Arrêté préfectoraux de fermeture sur la base d'un accord des professionnels
Les organisations professionnelles et les syndicats de salariés d'une profession peuvent décider de définir un mode de repos collectif. Dans ce cas, en application des dispositions de l'article L 3132-29 du code du travail, le préfet peut être conduit à prendre un arrêté pour ordonner la fermeture un jour par semaine d'une catégorie d'établissements commerciaux.
Les secteurs d'activité réglementés par arrêté préfectoral ne peuvent pas faire l'objet de dérogations municipales.
En Indre-et-Loire, est réglementée par arrêté préfectoral, la fermeture hebdomadaire des secteurs d'activité suivants :
- secteur du meuble : la possibilité d'ouvrir au public quatre dimanches dans l'année doit, si est occupé du personnel salarié, être assortie d'une dérogation à l'interdiction d'occuper des salariés le dimanche, accordée par le maire (arrêté préfectoral du 31 janvier 2011).
- camping-caravaning-nautisme : l'obligation à la fermeture le dimanche de ces dits établissements peut être suspendue à l'occasion de 5 jours de plein air (1ère quinzaine de mars), Foires de Tours (1ère quinzaine de mai), 5 jours d'automne (1ère quinzaine de novembre).
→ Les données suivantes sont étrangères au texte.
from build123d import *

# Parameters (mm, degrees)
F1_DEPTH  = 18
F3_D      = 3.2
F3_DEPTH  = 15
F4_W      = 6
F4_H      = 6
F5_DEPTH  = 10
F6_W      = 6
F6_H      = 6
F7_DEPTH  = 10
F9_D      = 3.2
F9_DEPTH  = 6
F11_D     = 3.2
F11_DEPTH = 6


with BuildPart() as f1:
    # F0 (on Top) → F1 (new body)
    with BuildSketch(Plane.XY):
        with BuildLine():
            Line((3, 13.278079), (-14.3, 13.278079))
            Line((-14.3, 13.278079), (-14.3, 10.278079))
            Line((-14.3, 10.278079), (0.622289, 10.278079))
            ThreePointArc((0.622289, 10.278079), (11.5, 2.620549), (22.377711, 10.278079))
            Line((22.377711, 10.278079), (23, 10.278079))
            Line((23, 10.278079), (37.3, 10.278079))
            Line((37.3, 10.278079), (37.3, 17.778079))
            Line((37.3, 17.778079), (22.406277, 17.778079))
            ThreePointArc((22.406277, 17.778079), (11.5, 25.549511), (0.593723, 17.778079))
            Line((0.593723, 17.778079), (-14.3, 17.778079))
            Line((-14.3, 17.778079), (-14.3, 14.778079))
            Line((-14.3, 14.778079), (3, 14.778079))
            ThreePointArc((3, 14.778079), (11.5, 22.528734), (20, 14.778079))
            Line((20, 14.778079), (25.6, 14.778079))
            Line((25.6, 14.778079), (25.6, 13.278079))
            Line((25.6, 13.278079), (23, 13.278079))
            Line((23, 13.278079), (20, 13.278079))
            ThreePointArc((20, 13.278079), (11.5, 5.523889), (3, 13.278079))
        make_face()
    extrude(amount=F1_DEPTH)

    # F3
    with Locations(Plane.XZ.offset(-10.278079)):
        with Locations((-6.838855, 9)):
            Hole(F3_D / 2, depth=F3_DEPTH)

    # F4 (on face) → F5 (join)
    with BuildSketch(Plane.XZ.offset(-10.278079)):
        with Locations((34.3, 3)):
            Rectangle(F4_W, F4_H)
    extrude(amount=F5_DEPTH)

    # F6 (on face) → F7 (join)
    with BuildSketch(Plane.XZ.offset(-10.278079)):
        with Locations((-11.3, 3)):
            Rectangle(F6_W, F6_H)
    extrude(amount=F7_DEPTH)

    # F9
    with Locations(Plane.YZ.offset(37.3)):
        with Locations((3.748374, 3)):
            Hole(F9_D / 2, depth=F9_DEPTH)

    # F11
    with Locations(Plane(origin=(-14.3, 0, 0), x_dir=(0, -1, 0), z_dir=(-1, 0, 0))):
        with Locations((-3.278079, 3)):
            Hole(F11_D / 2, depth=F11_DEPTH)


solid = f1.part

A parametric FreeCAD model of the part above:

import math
import FreeCAD as App
import Part
import Sketcher
from FreeCAD import Vector


def add_polygon(sketch, points):
    """Adds a closed chain of lines whose ends are joined by coincident constraints."""
    first, n = sketch.GeometryCount, len(points)
    for a, b in zip(points, points[1:] + points[:1]):
        sketch.addGeometry(Part.LineSegment(App.Vector(*a, 0), App.Vector(*b, 0)), False)
    for i in range(n):
        sketch.addConstraint(Sketcher.Constraint("Coincident", first + i, 2, first + (i + 1) % n, 1))

doc = App.newDocument("Part")
body = doc.addObject("PartDesign::Body", "Body")

# Sketch on XY plane
sketch1 = body.newObject("Sketcher::SketchObject", "Sketch")
sketch1.AttachmentSupport = (doc.getObject("XY_Plane"), [""])
sketch1.MapMode = "FlatFace"
sketch1.addGeometry([
    Part.LineSegment(Vector(3, 13.3, 0), Vector(-14.3, 13.3, 0)),  # 0
    Part.LineSegment(Vector(-14.3, 13.3, 0), Vector(-14.3, 10.3, 0)),  # 1
    Part.LineSegment(Vector(-14.3, 10.3, 0), Vector(0.6, 10.3, 0)),  # 2
    Part.ArcOfCircle(Part.Circle(Vector(11.5, 14.2, 0), Vector(0, 0, 1), 11.6), math.radians(-160), math.radians(-20)),  # 3
    Part.LineSegment(Vector(22.4, 10.3, 0), Vector(37.3, 10.3, 0)),  # 4
    Part.LineSegment(Vector(37.3, 10.3, 0), Vector(37.3, 17.8, 0)),  # 5
    Part.LineSegment(Vector(37.3, 17.8, 0), Vector(22.4, 17.8, 0)),  # 6
    Part.ArcOfCircle(Part.Circle(Vector(11.5, 14, 0), Vector(0, 0, 1), 11.5), math.radians(19), math.radians(161)),  # 7
    Part.LineSegment(Vector(0.6, 17.8, 0), Vector(-14.3, 17.8, 0)),  # 8
    Part.LineSegment(Vector(-14.3, 17.8, 0), Vector(-14.3, 14.8, 0)),  # 9
    Part.LineSegment(Vector(-14.3, 14.8, 0), Vector(3, 14.8, 0)),  # 10
    Part.ArcOfCircle(Part.Circle(Vector(11.5, 14, 0), Vector(0, 0, 1), 8.5), math.radians(5), math.radians(175)),  # 11
    Part.LineSegment(Vector(20, 14.8, 0), Vector(25.6, 14.8, 0)),  # 12
    Part.LineSegment(Vector(25.6, 14.8, 0), Vector(25.6, 13.3, 0)),  # 13
    Part.LineSegment(Vector(25.6, 13.3, 0), Vector(20, 13.3, 0)),  # 14
    Part.ArcOfCircle(Part.Circle(Vector(11.5, 14.1, 0), Vector(0, 0, 1), 8.5), math.radians(-175), math.radians(-5)),  # 15
], False)
sketch1.addConstraint([
    Sketcher.Constraint("Coincident", 0, 2, 1, 1),
    Sketcher.Constraint("Coincident", 1, 2, 2, 1),
    Sketcher.Constraint("Coincident", 2, 2, 3, 1),
    Sketcher.Constraint("Coincident", 3, 2, 4, 1),
    Sketcher.Constraint("Coincident", 4, 2, 5, 1),
    Sketcher.Constraint("Coincident", 5, 2, 6, 1),
    Sketcher.Constraint("Coincident", 6, 2, 7, 1),
    Sketcher.Constraint("Coincident", 7, 2, 8, 1),
    Sketcher.Constraint("Coincident", 8, 2, 9, 1),
    Sketcher.Constraint("Coincident", 9, 2, 10, 1),
    Sketcher.Constraint("Coincident", 10, 2, 11, 2),
    Sketcher.Constraint("Coincident", 11, 1, 12, 1),
    Sketcher.Constraint("Coincident", 12, 2, 13, 1),
    Sketcher.Constraint("Coincident", 13, 2, 14, 1),
    Sketcher.Constraint("Coincident", 14, 2, 15, 2),
    Sketcher.Constraint("Coincident", 15, 1, 0, 1),
    Sketcher.Constraint("Horizontal", 0),
    Sketcher.Constraint("Vertical", 1),
    Sketcher.Constraint("Horizontal", 2),
    Sketcher.Constraint("Horizontal", 4),
    Sketcher.Constraint("Vertical", 5),
    Sketcher.Constraint("Horizontal", 6),
    Sketcher.Constraint("Horizontal", 8),
    Sketcher.Constraint("Vertical", 9),
    Sketcher.Constraint("Horizontal", 10),
    Sketcher.Constraint("Horizontal", 12),
    Sketcher.Constraint("Vertical", 13),
    Sketcher.Constraint("Horizontal", 14),
    Sketcher.Constraint("Horizontal", 2, 2, 3, 2),
    Sketcher.Constraint("Horizontal", 6, 2, 7, 2),
    Sketcher.Constraint("Horizontal", 10, 2, 11, 1),
    Sketcher.Constraint("Horizontal", 0, 2, 13, 2),
    Sketcher.Constraint("Vertical", 3, 3, 7, 3),
    Sketcher.Constraint("Vertical", 7, 3, 11, 3),
    Sketcher.Constraint("Vertical", 11, 3, 15, 3),
    Sketcher.Constraint("Vertical", 1, 2, 8, 2),
    Sketcher.Constraint("Vertical", 11, 1, 14, 2),
    Sketcher.Constraint("Equal", 2, 4),
    Sketcher.Constraint("Equal", 1, 9),
    Sketcher.Constraint("DistanceY", 1, 2, 1, 1, 3.0),
    Sketcher.Constraint("DistanceX", 0, 2, 0, 1, 17.3),
    Sketcher.Constraint("DistanceX", 12, 1, 12, 2, 5.6),
    Sketcher.Constraint("DistanceY", 5, 1, 5, 2, 7.5),
    Sketcher.Constraint("DistanceX", -1, 1, 10, 2, 3.0),
    Sketcher.Constraint("DistanceX", -1, 1, 11, 1, 20.0),
    Sketcher.Constraint("Radius", 3, 11.554794),
    Sketcher.Constraint("Radius", 7, 11.538545),
    Sketcher.Constraint("Radius", 11, 8.536224),
    Sketcher.Constraint("Radius", 15, 8.535867),
    Sketcher.Constraint("DistanceX", 2, 1, 2, 2, 14.922289),
    Sketcher.Constraint("DistanceX", 6, 2, 6, 1, 14.893723),
    Sketcher.Constraint("DistanceY", -1, 1, 11, 3, 13.99251),
])
pad1 = body.newObject("PartDesign::Pad", "Pad")
pad1.Profile = sketch1
pad1.Length = 18

# Sketch on XZ plane
sketch2 = body.newObject("Sketcher::SketchObject", "Sketch001")
sketch2.AttachmentSupport = (doc.getObject("XZ_Plane"), [""])
sketch2.MapMode = "FlatFace"
sketch2.AttachmentOffset = App.Placement(Vector(0, 0, -10.278079), App.Rotation())
sketch2.addGeometry(Part.Circle(Vector(-6.8, 9, 0), Vector(0, 0, 1), 1.6), False)
sketch2.addConstraint([
    Sketcher.Constraint("Diameter", 0, 3.2),
    Sketcher.Constraint("DistanceY", -1, 1, 0, 3, 9.0),
    Sketcher.Constraint("DistanceX", 0, 3, -1, 1, 6.838855),
])
doc.recompute()
hole = body.newObject("PartDesign::Hole", "Hole")
hole.Profile = sketch2
hole.ThreadType = "None"
hole.Diameter = 3.2
hole.DepthType = "Dimension"
hole.Depth = 15
hole.DrillPoint = "Flat"

# Sketch on XZ plane
sketch3 = body.newObject("Sketcher::SketchObject", "Sketch002")
sketch3.AttachmentSupport = (doc.getObject("XZ_Plane"), [""])
sketch3.MapMode = "FlatFace"
sketch3.AttachmentOffset = App.Placement(Vector(0, 0, -10.278079), App.Rotation())
add_polygon(sketch3, [(31, 6), (31, 0), (37, 0), (37, 6)])  # lines 0-3
sketch3.addConstraint([
    Sketcher.Constraint("Vertical", 0),
    Sketcher.Constraint("Horizontal", 1),
    Sketcher.Constraint("Vertical", 2),
    Sketcher.Constraint("Horizontal", 3),
    Sketcher.Constraint("PointOnObject", 0, 2, -1),
    Sketcher.Constraint("Equal", 3, 0),
    Sketcher.Constraint("DistanceX", 1, 1, 1, 2, 6.0),
    Sketcher.Constraint("DistanceX", -1, 1, 0, 2, 31.3),
])
pad2 = body.newObject("PartDesign::Pad", "Pad001")
pad2.Profile = sketch3
pad2.Length = 10

# Sketch on XZ plane
sketch4 = body.newObject("Sketcher::SketchObject", "Sketch003")
sketch4.AttachmentSupport = (doc.getObject("XZ_Plane"), [""])
sketch4.MapMode = "FlatFace"
sketch4.AttachmentOffset = App.Placement(Vector(0, 0, -10.278079), App.Rotation())
add_polygon(sketch4, [(-14, 6), (-14, 0), (-8, 0), (-8, 6)])  # lines 0-3
sketch4.addConstraint([
    Sketcher.Constraint("Vertical", 0),
    Sketcher.Constraint("Horizontal", 1),
    Sketcher.Constraint("Vertical", 2),
    Sketcher.Constraint("Horizontal", 3),
    Sketcher.Constraint("PointOnObject", 0, 2, -1),
    Sketcher.Constraint("Equal", 3, 0),
    Sketcher.Constraint("DistanceX", 1, 1, 1, 2, 6.0),
    Sketcher.Constraint("DistanceX", 0, 2, -1, 1, 14.3),
])
pad3 = body.newObject("PartDesign::Pad", "Pad002")
pad3.Profile = sketch4
pad3.Length = 10

# Sketch on YZ plane
sketch5 = body.newObject("Sketcher::SketchObject", "Sketch004")
sketch5.AttachmentSupport = (doc.getObject("YZ_Plane"), [""])
sketch5.MapMode = "FlatFace"
sketch5.AttachmentOffset = App.Placement(Vector(0, 0, 37.3), App.Rotation())
sketch5.addGeometry(Part.Circle(Vector(3.7, 3, 0), Vector(0, 0, 1), 1.6), False)
sketch5.addConstraint([
    Sketcher.Constraint("Diameter", 0, 3.2),
    Sketcher.Constraint("DistanceY", -1, 1, 0, 3, 3.0),
    Sketcher.Constraint("DistanceX", -1, 1, 0, 3, 3.748374),
])
doc.recompute()
hole2 = body.newObject("PartDesign::Hole", "Hole001")
hole2.Profile = sketch5
hole2.ThreadType = "None"
hole2.Diameter = 3.2
hole2.DepthType = "Dimension"
hole2.Depth = 6
hole2.DrillPoint = "Flat"

# Sketch on YZ plane
sketch6 = body.newObject("Sketcher::SketchObject", "Sketch005")
sketch6.AttachmentSupport = (doc.getObject("YZ_Plane"), [""])
sketch6.MapMode = "FlatFace"
sketch6.AttachmentOffset = App.Placement(Vector(0, 0, -14.3), App.Rotation())
sketch6.addGeometry(Part.Circle(Vector(3.3, 3, 0), Vector(0, 0, 1), 1.6), False)
sketch6.addConstraint([
    Sketcher.Constraint("Diameter", 0, 3.2),
    Sketcher.Constraint("DistanceY", -1, 1, 0, 3, 3.0),
    Sketcher.Constraint("DistanceX", -1, 1, 0, 3, 3.278079),
])
doc.recompute()
hole3 = body.newObject("PartDesign::Hole", "Hole002")
hole3.Profile = sketch6
hole3.ThreadType = "None"
hole3.Diameter = 3.2
hole3.DepthType = "Dimension"
hole3.Depth = 6
hole3.DrillPoint = "Flat"
hole3.Reversed = True

doc.recompute()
L'emploi du personnel doit faire l'objet d'une demande auprès du maire, conformément aux dispositions de l'article L 221-19 du code du travail. - arrêté préfectoral du 7 novembre 1978.
- établissements vendant du pain : sur l'ensemble du département d'Indre-et-Loire, tout établissement ou partie d'établissement, tel que : boulangerie, boulangerie-pâtisserie, coopérative de boulangerie, boulangerie industrielle, terminal de cuisson, point chaud, viennoiserie, dépôt et point de vente y compris stations-services, rayon de vente de pain, doit être fermé au public, un jour entier quelconque de la semaine. - arrêté préfectoral du 11 septembre 2000.
- pâtisserie-confiserie-chocolaterie et glacerie : fermeture un jour entier au choix, le dimanche, le lundi, le mardi ou le mercredi. - arrêté préfectoral du 22 mai 1985.